■ What you need to do: Up to and including the line with "# Esboço3 → Corte-extrusão1 (cut)", copy the records below exactly from their first line.

[Records from a collection]
******************************
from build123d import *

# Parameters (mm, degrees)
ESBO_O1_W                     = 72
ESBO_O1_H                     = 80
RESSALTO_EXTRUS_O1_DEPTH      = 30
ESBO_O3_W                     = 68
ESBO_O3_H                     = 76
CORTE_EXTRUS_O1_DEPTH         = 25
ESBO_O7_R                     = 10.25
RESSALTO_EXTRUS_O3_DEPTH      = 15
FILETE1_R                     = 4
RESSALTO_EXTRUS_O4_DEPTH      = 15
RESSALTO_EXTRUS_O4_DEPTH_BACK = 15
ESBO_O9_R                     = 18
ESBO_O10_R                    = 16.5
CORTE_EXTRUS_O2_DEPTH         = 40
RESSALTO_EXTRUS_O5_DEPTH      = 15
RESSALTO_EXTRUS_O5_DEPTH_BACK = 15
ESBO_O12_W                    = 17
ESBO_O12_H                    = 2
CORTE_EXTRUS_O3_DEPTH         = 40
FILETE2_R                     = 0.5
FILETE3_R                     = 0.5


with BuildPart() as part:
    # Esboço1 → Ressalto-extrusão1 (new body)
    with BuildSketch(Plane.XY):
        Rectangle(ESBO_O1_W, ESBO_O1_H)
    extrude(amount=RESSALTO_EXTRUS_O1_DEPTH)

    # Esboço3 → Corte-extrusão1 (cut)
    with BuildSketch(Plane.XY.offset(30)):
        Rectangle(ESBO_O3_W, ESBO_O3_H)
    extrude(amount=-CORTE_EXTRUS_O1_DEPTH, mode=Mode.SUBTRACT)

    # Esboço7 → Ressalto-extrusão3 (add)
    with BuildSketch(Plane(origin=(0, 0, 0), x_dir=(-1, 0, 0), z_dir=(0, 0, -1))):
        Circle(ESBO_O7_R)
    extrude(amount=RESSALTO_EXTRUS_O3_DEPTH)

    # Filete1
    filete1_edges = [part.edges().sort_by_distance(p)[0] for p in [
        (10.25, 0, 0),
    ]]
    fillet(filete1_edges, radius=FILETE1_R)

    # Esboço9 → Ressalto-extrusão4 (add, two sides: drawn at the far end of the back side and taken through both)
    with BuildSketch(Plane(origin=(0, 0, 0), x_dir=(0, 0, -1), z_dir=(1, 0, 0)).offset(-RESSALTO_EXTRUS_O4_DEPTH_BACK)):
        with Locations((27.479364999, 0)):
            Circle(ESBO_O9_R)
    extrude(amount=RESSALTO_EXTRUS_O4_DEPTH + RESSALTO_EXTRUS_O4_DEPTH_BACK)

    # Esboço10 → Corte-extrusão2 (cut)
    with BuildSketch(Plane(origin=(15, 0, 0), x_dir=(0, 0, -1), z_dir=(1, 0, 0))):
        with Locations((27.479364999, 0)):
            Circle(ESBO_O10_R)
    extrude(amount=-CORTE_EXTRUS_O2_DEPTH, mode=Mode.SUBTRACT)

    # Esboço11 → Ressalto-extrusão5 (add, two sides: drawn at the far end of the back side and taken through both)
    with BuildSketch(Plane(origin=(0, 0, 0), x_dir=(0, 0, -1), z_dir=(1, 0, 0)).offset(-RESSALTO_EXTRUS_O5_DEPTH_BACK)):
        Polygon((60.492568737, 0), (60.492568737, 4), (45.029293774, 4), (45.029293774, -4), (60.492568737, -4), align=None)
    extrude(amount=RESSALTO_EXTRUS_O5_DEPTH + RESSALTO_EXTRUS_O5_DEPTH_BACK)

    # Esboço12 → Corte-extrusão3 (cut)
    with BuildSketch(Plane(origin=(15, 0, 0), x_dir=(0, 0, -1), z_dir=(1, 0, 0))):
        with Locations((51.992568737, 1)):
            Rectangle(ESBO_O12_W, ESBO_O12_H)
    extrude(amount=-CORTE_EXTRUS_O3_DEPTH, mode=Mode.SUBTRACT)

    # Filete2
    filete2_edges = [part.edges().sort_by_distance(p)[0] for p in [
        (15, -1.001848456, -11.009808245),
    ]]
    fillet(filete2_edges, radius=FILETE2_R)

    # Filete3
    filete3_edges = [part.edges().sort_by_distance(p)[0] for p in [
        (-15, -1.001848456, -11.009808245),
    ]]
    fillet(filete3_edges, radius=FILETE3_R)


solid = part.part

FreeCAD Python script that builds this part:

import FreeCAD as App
import Part
import Sketcher
from FreeCAD import Vector


def edges_at(feature, points):
    """Names of the edges that pass closest to the given points."""
    edges = feature.Shape.Edges
    near = lambda p: min(range(len(edges)), key=lambda i: edges[i].distToShape(Part.Vertex(*p))[0])
    return sorted({f"Edge{near(p) + 1}" for p in points})

doc = App.newDocument("Part")
body = doc.addObject("PartDesign::Body", "Body")

# Sketch on XY plane
sketch1 = body.newObject("Sketcher::SketchObject", "Sketch")
sketch1.AttachmentSupport = (doc.getObject("XY_Plane"), [""])
sketch1.MapMode = "FlatFace"
sketch1.addGeometry(Part.LineSegment(Vector(-36, 40, 0), Vector(-36, -40, 0)), False)
sketch1.addGeometry(Part.LineSegment(Vector(-36, -40, 0), Vector(36, -40, 0)), False)
sketch1.addGeometry(Part.LineSegment(Vector(36, -40, 0), Vector(36, 40, 0)), False)
sketch1.addGeometry(Part.LineSegment(Vector(36, 40, 0), Vector(-36, 40, 0)), False)
sketch1.addConstraint(Sketcher.Constraint("Coincident", 0, 2, 1, 1))
sketch1.addConstraint(Sketcher.Constraint("Coincident", 1, 2, 2, 1))
sketch1.addConstraint(Sketcher.Constraint("Coincident", 2, 2, 3, 1))
sketch1.addConstraint(Sketcher.Constraint("Coincident", 3, 2, 0, 1))
sketch1.addConstraint(Sketcher.Constraint("Vertical", 0))
sketch1.addConstraint(Sketcher.Constraint("Horizontal", 1))
sketch1.addConstraint(Sketcher.Constraint("Vertical", 2))
sketch1.addConstraint(Sketcher.Constraint("Horizontal", 3))
sketch1.addConstraint(Sketcher.Constraint("Symmetric", 0, 2, 2, 2, -1, 1))
sketch1.addConstraint(Sketcher.Constraint("DistanceX", 1, 1, 1, 2, 72.0))
sketch1.addConstraint(Sketcher.Constraint("DistanceY", 0, 2, 0, 1, 80.0))
pad1 = body.newObject("PartDesign::Pad", "Pad")
pad1.Profile = sketch1
pad1.Length = 30

# Sketch on XY plane
sketch2 = body.newObject("Sketcher::SketchObject", "Sketch001")
sketch2.AttachmentSupport = (doc.getObject("XY_Plane"), [""])
sketch2.MapMode = "FlatFace"
sketch2.AttachmentOffset = App.Placement(Vector(0, 0, 30), App.Rotation())
sketch2.addGeometry(Part.LineSegment(Vector(-34, 38, 0), Vector(-34, -38, 0)), False)
sketch2.addGeometry(Part.LineSegment(Vector(-34, -38, 0), Vector(34, -38, 0)), False)
sketch2.addGeometry(Part.LineSegment(Vector(34, -38, 0), Vector(34, 38, 0)), False)
sketch2.addGeometry(Part.LineSegment(Vector(34, 38, 0), Vector(-34, 38, 0)), False)
sketch2.addConstraint(Sketcher.Constraint("Coincident", 0, 2, 1, 1))
sketch2.addConstraint(Sketcher.Constraint("Coincident", 1, 2, 2, 1))
sketch2.addConstraint(Sketcher.Constraint("Coincident", 2, 2, 3, 1))
sketch2.addConstraint(Sketcher.Constraint("Coincident", 3, 2, 0, 1))
sketch2.addConstraint(Sketcher.Constraint("Vertical", 0))
sketch2.addConstraint(Sketcher.Constraint("Horizontal", 1))
sketch2.addConstraint(Sketcher.Constraint("Vertical", 2))
sketch2.addConstraint(Sketcher.Constraint("Horizontal", 3))
sketch2.addConstraint(Sketcher.Constraint("Symmetric", 0, 2, 2, 2, -1, 1))
sketch2.addConstraint(Sketcher.Constraint("DistanceX", 1, 1, 1, 2, 68.0))
sketch2.addConstraint(Sketcher.Constraint("DistanceY", 0, 2, 0, 1, 76.0))
pocket1 = body.newObject("PartDesign::Pocket", "Pocket")
pocket1.Profile = sketch2
pocket1.Length = 25

# Sketch on XY plane
sketch3 = body.newObject("Sketcher::SketchObject", "Sketch002")
sketch3.AttachmentSupport = (doc.getObject("XY_Plane"), [""])
sketch3.MapMode = "FlatFace"
sketch3.addGeometry(Part.Circle(Vector(0, 0, 0), Vector(0, 0, 1), 10), False)
sketch3.addConstraint(Sketcher.Constraint("Coincident", 0, 3, -1, 1))
sketch3.addConstraint(Sketcher.Constraint("Diameter", 0, 20.5))
pad2 = body.newObject("PartDesign::Pad", "Pad001")
pad2.Profile = sketch3
pad2.Length = 15
pad2.Reversed = True
doc.recompute()

fillet = body.newObject("PartDesign::Fillet", "Fillet")
fillet.Base = (pad2, edges_at(pad2, [(10.25, 0, 0)]))
fillet.Radius = 4

# Sketch on YZ plane
sketch4 = body.newObject("Sketcher::SketchObject", "Sketch003")
sketch4.AttachmentSupport = (doc.getObject("YZ_Plane"), [""])
sketch4.MapMode = "FlatFace"
sketch4.addGeometry(Part.Circle(Vector(0, -27, 0), Vector(0, 0, 1), 18), False)
sketch4.addConstraint(Sketcher.Constraint("PointOnObject", 0, 3, -2))
sketch4.addConstraint(Sketcher.Constraint("Diameter", 0, 36.0))
sketch4.addConstraint(Sketcher.Constraint("DistanceY", 0, 3, -1, 1, 27.479365))
pad3 = body.newObject("PartDesign::Pad", "Pad002")
pad3.Profile = sketch4
pad3.Type = "TwoLengths"
pad3.Length = 15
pad3.Length2 = 15

# Sketch on YZ plane
sketch5 = body.newObject("Sketcher::SketchObject", "Sketch004")
sketch5.AttachmentSupport = (doc.getObject("YZ_Plane"), [""])
sketch5.MapMode = "FlatFace"
sketch5.AttachmentOffset = App.Placement(Vector(0, 0, 15), App.Rotation())
sketch5.addGeometry(Part.Circle(Vector(0, -27, 0), Vector(0, 0, 1), 16), False)
sketch5.addConstraint(Sketcher.Constraint("PointOnObject", 0, 3, -2))
sketch5.addConstraint(Sketcher.Constraint("Diameter", 0, 33.0))
sketch5.addConstraint(Sketcher.Constraint("DistanceY", 0, 3, -1, 1, 27.479365))
pocket2 = body.newObject("PartDesign::Pocket", "Pocket001")
pocket2.Profile = sketch5
pocket2.Length = 40

# Sketch on YZ plane
sketch6 = body.newObject("Sketcher::SketchObject", "Sketch005")
sketch6.AttachmentSupport = (doc.getObject("YZ_Plane"), [""])
sketch6.MapMode = "FlatFace"
sketch6.addGeometry(Part.LineSegment(Vector(4, -60, 0), Vector(4, -45, 0)), False)
sketch6.addGeometry(Part.LineSegment(Vector(4, -45, 0), Vector(-4, -45, 0)), False)
sketch6.addGeometry(Part.LineSegment(Vector(-4, -45, 0), Vector(-4, -60, 0)), False)
sketch6.addGeometry(Part.LineSegment(Vector(-4, -60, 0), Vector(4, -60, 0)), False)
sketch6.addConstraint(Sketcher.Constraint("Coincident", 0, 2, 1, 1))
sketch6.addConstraint(Sketcher.Constraint("Coincident", 1, 2, 2, 1))
sketch6.addConstraint(Sketcher.Constraint("Coincident", 2, 2, 3, 1))
sketch6.addConstraint(Sketcher.Constraint("Coincident", 3, 2, 0, 1))
sketch6.addConstraint(Sketcher.Constraint("Vertical", 0))
sketch6.addConstraint(Sketcher.Constraint("Horizontal", 1))
sketch6.addConstraint(Sketcher.Constraint("Vertical", 2))
sketch6.addConstraint(Sketcher.Constraint("Horizontal", 3))
sketch6.addConstraint(Sketcher.Constraint("DistanceX", 1, 2, 1, 1, 8.0))
sketch6.addConstraint(Sketcher.Constraint("DistanceX", -1, 1, 0, 2, 4.0))
sketch6.addConstraint(Sketcher.Constraint("DistanceY", 0, 1, 0, 2, 15.463275))
sketch6.addConstraint(Sketcher.Constraint("DistanceY", 2, 2, -1, 1, 60.492569))
pad4 = body.newObject("PartDesign::Pad", "Pad003")
pad4.Profile = sketch6
pad4.Type = "TwoLengths"
pad4.Length = 15
pad4.Length2 = 15

# Sketch on YZ plane
sketch7 = body.newObject("Sketcher::SketchObject", "Sketch006")
sketch7.AttachmentSupport = (doc.getObject("YZ_Plane"), [""])
sketch7.MapMode = "FlatFace"
sketch7.AttachmentOffset = App.Placement(Vector(0, 0, 15), App.Rotation())
sketch7.addGeometry(Part.LineSegment(Vector(2, -43.5, 0), Vector(0, -43.5, 0)), False)
sketch7.addGeometry(Part.LineSegment(Vector(0, -43.5, 0), Vector(0, -60.5, 0)), False)
sketch7.addGeometry(Part.LineSegment(Vector(0, -60.5, 0), Vector(2, -60.5, 0)), False)
sketch7.addGeometry(Part.LineSegment(Vector(2, -60.5, 0), Vector(2, -43.5, 0)), False)
sketch7.addConstraint(Sketcher.Constraint("Coincident", 0, 2, 1, 1))
sketch7.addConstraint(Sketcher.Constraint("Coincident", 1, 2, 2, 1))
sketch7.addConstraint(Sketcher.Constraint("Coincident", 2, 2, 3, 1))
sketch7.addConstraint(Sketcher.Constraint("Coincident", 3, 2, 0, 1))
sketch7.addConstraint(Sketcher.Constraint("Horizontal", 0))
sketch7.addConstraint(Sketcher.Constraint("Vertical", 1))
sketch7.addConstraint(Sketcher.Constraint("Horizontal", 2))
sketch7.addConstraint(Sketcher.Constraint("Vertical", 3))
sketch7.addConstraint(Sketcher.Constraint("PointOnObject", 0, 2, -2))
sketch7.addConstraint(Sketcher.Constraint("DistanceX", 0, 2, 0, 1, 2.0))
sketch7.addConstraint(Sketcher.Constraint("DistanceY", 1, 2, 1, 1, 17.0))
sketch7.addConstraint(Sketcher.Constraint("DistanceY", 0, 2, -1, 1, 43.492569))
pocket3 = body.newObject("PartDesign::Pocket", "Pocket002")
pocket3.Profile = sketch7
pocket3.Length = 40
doc.recompute()

fillet2 = body.newObject("PartDesign::Fillet", "Fillet001")
fillet2.Base = (pocket3, edges_at(pocket3, [(15, -1.002, -11.01)]))
fillet2.Radius = 0.5
doc.recompute()

fillet3 = body.newObject("PartDesign::Fillet", "Fillet002")
fillet3.Base = (fillet2, edges_at(fillet2, [(-15, -1.002, -11.01)]))
fillet3.Radius = 0.5

doc.recompute()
******************************
■ Solution to the problem:
from build123d import *

# Parameters (mm, degrees)
ESBO_O1_W                     = 72
ESBO_O1_H                     = 80
RESSALTO_EXTRUS_O1_DEPTH      = 30
ESBO_O3_W                     = 68
ESBO_O3_H                     = 76
CORTE_EXTRUS_O1_DEPTH         = 25
ESBO_O7_R                     = 10.25
RESSALTO_EXTRUS_O3_DEPTH      = 15
FILETE1_R                     = 4
RESSALTO_EXTRUS_O4_DEPTH      = 15
RESSALTO_EXTRUS_O4_DEPTH_BACK = 15
ESBO_O9_R                     = 18
ESBO_O10_R                    = 16.5
CORTE_EXTRUS_O2_DEPTH         = 40
RESSALTO_EXTRUS_O5_DEPTH      = 15
RESSALTO_EXTRUS_O5_DEPTH_BACK = 15
ESBO_O12_W                    = 17
ESBO_O12_H                    = 2
CORTE_EXTRUS_O3_DEPTH         = 40
FILETE2_R                     = 0.5
FILETE3_R                     = 0.5


with BuildPart() as part:
    # Esboço1 → Ressalto-extrusão1 (new body)
    with BuildSketch(Plane.XY):
        Rectangle(ESBO_O1_W, ESBO_O1_H)
    extrude(amount=RESSALTO_EXTRUS_O1_DEPTH)

    # Esboço3 → Corte-extrusão1 (cut)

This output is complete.